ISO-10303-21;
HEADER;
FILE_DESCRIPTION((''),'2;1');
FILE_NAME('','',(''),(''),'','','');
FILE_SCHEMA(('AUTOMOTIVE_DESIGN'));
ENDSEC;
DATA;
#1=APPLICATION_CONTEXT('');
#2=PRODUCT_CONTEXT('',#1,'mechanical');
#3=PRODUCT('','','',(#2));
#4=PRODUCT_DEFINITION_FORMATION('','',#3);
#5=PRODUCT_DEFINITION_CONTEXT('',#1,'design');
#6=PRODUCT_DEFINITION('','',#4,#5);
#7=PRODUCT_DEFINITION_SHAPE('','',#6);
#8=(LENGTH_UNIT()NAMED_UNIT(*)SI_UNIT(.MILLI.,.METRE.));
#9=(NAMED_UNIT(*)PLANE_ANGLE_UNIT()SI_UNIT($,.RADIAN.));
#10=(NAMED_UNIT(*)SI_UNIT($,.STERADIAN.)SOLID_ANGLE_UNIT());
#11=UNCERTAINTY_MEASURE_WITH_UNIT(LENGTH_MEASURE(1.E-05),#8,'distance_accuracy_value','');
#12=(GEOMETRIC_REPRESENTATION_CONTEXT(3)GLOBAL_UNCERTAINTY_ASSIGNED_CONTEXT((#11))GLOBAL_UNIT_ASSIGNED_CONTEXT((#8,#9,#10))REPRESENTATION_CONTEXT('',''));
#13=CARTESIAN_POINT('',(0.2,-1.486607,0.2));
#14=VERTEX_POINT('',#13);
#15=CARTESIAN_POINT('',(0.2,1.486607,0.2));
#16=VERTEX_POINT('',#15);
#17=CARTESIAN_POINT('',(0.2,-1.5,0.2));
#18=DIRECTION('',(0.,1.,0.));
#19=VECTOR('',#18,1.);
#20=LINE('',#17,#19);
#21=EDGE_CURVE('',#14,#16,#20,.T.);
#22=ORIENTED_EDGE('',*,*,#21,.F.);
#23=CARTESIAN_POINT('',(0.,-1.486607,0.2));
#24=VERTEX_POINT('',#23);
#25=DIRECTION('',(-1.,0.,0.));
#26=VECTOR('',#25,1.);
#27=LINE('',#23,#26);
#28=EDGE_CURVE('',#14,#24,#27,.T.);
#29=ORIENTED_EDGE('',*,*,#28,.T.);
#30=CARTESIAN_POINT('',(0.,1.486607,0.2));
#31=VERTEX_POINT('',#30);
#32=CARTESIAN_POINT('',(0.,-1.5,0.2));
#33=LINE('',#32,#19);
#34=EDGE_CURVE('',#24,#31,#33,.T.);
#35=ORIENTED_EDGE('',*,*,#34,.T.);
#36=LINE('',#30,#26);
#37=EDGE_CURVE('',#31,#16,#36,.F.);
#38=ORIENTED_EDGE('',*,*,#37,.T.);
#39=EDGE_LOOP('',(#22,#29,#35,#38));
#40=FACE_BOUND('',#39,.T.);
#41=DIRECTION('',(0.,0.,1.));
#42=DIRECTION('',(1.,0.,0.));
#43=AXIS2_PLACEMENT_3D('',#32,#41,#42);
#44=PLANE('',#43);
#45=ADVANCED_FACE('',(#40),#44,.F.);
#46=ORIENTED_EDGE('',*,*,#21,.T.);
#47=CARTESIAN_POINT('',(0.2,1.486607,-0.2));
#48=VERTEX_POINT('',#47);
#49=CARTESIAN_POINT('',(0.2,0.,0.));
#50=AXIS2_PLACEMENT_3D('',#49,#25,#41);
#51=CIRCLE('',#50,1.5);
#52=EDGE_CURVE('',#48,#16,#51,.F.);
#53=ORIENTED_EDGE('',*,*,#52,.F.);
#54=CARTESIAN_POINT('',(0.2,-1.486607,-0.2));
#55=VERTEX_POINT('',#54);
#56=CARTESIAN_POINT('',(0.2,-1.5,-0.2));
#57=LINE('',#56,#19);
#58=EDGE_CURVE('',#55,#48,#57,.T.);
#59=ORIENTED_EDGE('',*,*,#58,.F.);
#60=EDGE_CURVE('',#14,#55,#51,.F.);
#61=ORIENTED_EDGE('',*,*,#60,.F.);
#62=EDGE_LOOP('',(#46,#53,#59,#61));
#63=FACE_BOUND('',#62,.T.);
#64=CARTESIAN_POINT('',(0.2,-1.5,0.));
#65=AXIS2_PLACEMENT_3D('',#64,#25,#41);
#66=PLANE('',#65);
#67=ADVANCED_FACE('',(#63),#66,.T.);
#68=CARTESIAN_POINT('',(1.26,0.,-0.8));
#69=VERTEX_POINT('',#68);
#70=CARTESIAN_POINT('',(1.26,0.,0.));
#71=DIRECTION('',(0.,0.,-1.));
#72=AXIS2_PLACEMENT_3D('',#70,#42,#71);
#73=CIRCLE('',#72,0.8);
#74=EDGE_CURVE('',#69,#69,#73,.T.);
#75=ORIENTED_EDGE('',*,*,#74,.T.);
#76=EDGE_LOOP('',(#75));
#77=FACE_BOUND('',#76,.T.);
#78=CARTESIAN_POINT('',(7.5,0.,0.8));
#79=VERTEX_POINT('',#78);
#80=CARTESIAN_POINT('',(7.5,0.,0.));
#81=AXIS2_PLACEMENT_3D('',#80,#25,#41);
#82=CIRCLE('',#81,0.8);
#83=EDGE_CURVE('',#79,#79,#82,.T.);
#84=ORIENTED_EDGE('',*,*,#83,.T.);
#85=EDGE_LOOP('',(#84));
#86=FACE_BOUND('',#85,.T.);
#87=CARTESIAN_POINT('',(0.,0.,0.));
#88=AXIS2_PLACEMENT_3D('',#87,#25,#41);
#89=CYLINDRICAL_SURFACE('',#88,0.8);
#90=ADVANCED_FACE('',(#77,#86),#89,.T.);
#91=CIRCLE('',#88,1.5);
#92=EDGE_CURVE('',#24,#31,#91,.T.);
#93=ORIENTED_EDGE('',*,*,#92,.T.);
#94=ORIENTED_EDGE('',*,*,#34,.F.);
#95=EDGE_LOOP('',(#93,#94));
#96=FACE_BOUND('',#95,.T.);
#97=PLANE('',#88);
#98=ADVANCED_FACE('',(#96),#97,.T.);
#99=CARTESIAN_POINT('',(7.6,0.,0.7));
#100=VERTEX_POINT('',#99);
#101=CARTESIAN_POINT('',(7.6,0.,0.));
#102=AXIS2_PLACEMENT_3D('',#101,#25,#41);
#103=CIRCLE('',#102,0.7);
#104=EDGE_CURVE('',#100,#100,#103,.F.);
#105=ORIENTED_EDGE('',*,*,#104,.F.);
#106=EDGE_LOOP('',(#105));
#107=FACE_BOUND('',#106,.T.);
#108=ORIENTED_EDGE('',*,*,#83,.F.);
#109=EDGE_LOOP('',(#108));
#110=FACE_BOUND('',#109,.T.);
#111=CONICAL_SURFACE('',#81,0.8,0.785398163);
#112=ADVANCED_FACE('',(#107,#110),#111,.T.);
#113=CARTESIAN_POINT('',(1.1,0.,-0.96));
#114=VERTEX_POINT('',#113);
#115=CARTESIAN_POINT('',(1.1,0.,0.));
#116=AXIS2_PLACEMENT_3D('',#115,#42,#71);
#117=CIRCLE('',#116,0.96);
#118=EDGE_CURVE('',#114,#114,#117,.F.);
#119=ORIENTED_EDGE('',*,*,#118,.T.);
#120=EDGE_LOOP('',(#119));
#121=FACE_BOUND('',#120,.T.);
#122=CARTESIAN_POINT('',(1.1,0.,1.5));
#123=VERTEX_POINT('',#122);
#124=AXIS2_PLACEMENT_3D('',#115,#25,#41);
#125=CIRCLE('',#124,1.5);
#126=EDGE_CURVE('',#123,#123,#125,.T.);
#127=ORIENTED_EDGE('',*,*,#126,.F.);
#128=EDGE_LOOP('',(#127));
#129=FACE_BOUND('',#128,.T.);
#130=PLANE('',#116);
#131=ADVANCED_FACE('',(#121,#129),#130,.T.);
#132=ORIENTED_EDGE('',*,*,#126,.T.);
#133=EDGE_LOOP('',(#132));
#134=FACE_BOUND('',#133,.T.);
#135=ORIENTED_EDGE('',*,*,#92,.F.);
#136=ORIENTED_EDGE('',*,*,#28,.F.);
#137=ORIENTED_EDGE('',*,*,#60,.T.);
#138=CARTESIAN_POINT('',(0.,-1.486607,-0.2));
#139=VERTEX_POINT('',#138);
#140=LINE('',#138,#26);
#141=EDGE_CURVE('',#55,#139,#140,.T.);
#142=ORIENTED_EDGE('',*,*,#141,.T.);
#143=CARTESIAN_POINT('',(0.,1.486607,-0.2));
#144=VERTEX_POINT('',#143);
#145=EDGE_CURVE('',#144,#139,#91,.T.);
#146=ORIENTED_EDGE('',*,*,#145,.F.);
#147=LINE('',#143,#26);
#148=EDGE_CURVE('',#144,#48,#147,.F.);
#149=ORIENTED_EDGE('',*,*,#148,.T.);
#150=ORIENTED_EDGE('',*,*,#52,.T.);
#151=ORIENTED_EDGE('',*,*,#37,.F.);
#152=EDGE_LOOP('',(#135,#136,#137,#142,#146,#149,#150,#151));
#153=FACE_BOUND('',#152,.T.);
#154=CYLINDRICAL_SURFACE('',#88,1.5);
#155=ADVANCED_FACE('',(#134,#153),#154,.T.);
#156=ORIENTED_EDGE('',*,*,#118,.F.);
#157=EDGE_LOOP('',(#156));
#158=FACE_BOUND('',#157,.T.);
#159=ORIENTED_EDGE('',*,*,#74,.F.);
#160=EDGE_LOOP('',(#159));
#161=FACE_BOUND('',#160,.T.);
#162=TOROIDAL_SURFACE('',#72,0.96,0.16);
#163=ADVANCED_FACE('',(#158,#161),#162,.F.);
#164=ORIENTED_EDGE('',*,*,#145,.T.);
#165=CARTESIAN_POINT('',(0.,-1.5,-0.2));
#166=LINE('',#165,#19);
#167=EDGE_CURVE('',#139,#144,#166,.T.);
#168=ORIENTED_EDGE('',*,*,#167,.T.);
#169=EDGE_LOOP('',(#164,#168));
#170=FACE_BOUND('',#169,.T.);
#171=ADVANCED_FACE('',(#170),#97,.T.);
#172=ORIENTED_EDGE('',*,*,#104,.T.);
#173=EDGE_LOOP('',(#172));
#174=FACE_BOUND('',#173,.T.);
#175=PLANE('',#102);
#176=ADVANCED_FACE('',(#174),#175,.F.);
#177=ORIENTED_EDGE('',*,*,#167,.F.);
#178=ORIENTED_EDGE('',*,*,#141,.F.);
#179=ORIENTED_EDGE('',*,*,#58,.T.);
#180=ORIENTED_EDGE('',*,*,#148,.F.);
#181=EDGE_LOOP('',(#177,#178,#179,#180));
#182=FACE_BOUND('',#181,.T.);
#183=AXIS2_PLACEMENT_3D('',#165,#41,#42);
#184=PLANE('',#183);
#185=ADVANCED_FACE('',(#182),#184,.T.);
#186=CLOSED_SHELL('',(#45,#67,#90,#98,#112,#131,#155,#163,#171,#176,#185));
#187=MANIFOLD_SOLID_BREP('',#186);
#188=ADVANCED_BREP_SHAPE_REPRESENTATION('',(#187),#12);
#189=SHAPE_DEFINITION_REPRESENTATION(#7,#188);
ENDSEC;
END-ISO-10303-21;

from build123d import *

# Parameters (mm, degrees)
SKETCH1_W           = 6.5
SKETCH1_H           = 0.8
CHAMFER1_SIZE       = 0.1
FILLET1_R           = 0.16
EXTRUDE1_DEPTH      = 8.890500618
EXTRUDE1_DEPTH_BACK = 8.890500618
SKETCH2_W           = 0.2
SKETCH2_H           = 0.2


with BuildPart() as part:
    # Sketch1 → Revolve1 (revolve)
    with BuildSketch(Plane.XY, mode=Mode.PRIVATE) as revolve1_sk:
        Polygon((0, 1.5), (0, 0), (1.1, 0), (1.1, 0.8), (1.1, 1.5), align=None)
        with Locations((4.35, 0.4)):
            Rectangle(SKETCH1_W, SKETCH1_H)
    revolve(revolve1_sk.sketch.rotate(Axis((0, 0, 0), (1, 0, 0)), 90), axis=Axis((0, 0, 0), (1, 0, 0)))

    # Chamfer1
    chamfer1_edges = [part.edges().sort_by_distance(p)[0] for p in [
        (7.6, 0, -0.8),
    ]]
    chamfer(chamfer1_edges, length=CHAMFER1_SIZE)

    # Fillet1
    fillet1_edges = [part.edges().sort_by_distance(p)[0] for p in [
        (1.1, 0, -0.8),
    ]]
    fillet(fillet1_edges, radius=FILLET1_R)

    # Sketch2 → Extrude1 (cut, two sides: drawn at the far end of the back side and taken through both)
    with BuildSketch(Plane(origin=(0, 0, 0), x_dir=(1, 0, 0), z_dir=(0, 1, 0)).offset(-EXTRUDE1_DEPTH_BACK)):
        with Locations((0.1, -0.1)):
            Rectangle(SKETCH2_W, SKETCH2_H)
        with Locations((0.1, 0.1)):
            Rectangle(SKETCH2_W, SKETCH2_H)
    extrude(amount=EXTRUDE1_DEPTH + EXTRUDE1_DEPTH_BACK, mode=Mode.SUBTRACT)


solid = part.part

● ● ● ● ●

Work to be completed
Return, line for line and unchanged, the data from its first line through the line containing "#4=PRODUCT_DEFINITION_FORMATION('','',#3);".

Solution for this exercise
ISO-10303-21;
HEADER;
FILE_DESCRIPTION((''),'2;1');
FILE_NAME('','',(''),(''),'','','');
FILE_SCHEMA(('AUTOMOTIVE_DESIGN'));
ENDSEC;
DATA;
#1=APPLICATION_CONTEXT('');
#2=PRODUCT_CONTEXT('',#1,'mechanical');
#3=PRODUCT('','','',(#2));
#4=PRODUCT_DEFINITION_FORMATION('','',#3);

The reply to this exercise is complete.